1968. Array With Elements Not Equal to Average of Neighbors - Explanation

1. Greedy

class Solution:
    def rearrangeArray(self, nums: List[int]) -> List[int]:
        nums.sort()
        res = []
        l, r = 0, len(nums) - 1
        while len(res) != len(nums):
            res.append(nums[l])
            l += 1
            if l <= r:
                res.append(nums[r])
                r -= 1
        return res

Time & Space Complexity

Time complexity: $O(n\log n)$
Space complexity: $O(n)$

2. Greedy (Space Optimized)

class Solution:
    def rearrangeArray(self, nums: List[int]) -> List[int]:
        nums.sort()
        for i in range(1, len(nums), 2):
            nums[i], nums[i - 1] = nums[i - 1], nums[i]
        return nums

Time & Space Complexity

Time complexity: $O(n \log n)$
Space complexity: $O(1)$ or $O(n)$ depending on the sorting algorithm.

3. Greedy (Optimal) - I

class Solution:
    def rearrangeArray(self, nums: List[int]) -> List[int]:
        n = len(nums)

        for i in range(1, n - 1):
            if 2 * nums[i] == (nums[i - 1] + nums[i + 1]):
                nums[i], nums[i + 1] = nums[i + 1], nums[i]

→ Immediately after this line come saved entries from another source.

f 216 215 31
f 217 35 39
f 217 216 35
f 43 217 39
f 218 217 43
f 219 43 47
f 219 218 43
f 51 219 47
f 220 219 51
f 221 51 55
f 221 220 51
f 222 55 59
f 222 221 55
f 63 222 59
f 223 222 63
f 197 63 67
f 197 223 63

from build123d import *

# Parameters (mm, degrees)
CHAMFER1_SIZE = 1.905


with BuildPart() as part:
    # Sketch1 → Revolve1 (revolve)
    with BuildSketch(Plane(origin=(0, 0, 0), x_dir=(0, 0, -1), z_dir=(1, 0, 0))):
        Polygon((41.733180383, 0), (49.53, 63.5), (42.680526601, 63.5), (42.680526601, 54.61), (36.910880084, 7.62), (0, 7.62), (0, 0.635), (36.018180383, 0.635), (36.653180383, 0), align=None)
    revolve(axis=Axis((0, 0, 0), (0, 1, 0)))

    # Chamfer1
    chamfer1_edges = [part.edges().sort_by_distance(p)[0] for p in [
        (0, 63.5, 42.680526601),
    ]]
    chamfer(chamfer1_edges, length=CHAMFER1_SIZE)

        for i in range(n - 2, 0, -1):
            if 2 * nums[i] == (nums[i - 1] + nums[i + 1]):
                nums[i], nums[i - 1] = nums[i - 1], nums[i]

        return nums

Time & Space Complexity

Time complexity: $O(n)$
Space complexity: $O(1)$ extra space.

4. Greedy Optimal - II

class Solution:
    def rearrangeArray(self, nums: List[int]) -> List[int]:
        increase = nums[0] < nums[1]
        for i in range(1, len(nums) - 1):
            if ((increase and nums[i] < nums[i + 1]) or
                (not increase and nums[i] > nums[i + 1])
            ):
                nums[i], nums[i + 1] = nums[i + 1], nums[i]
            increase = not increase
        return nums

Time & Space Complexity

Time complexity: $O(n)$
Space complexity: $O(1)$ extra space.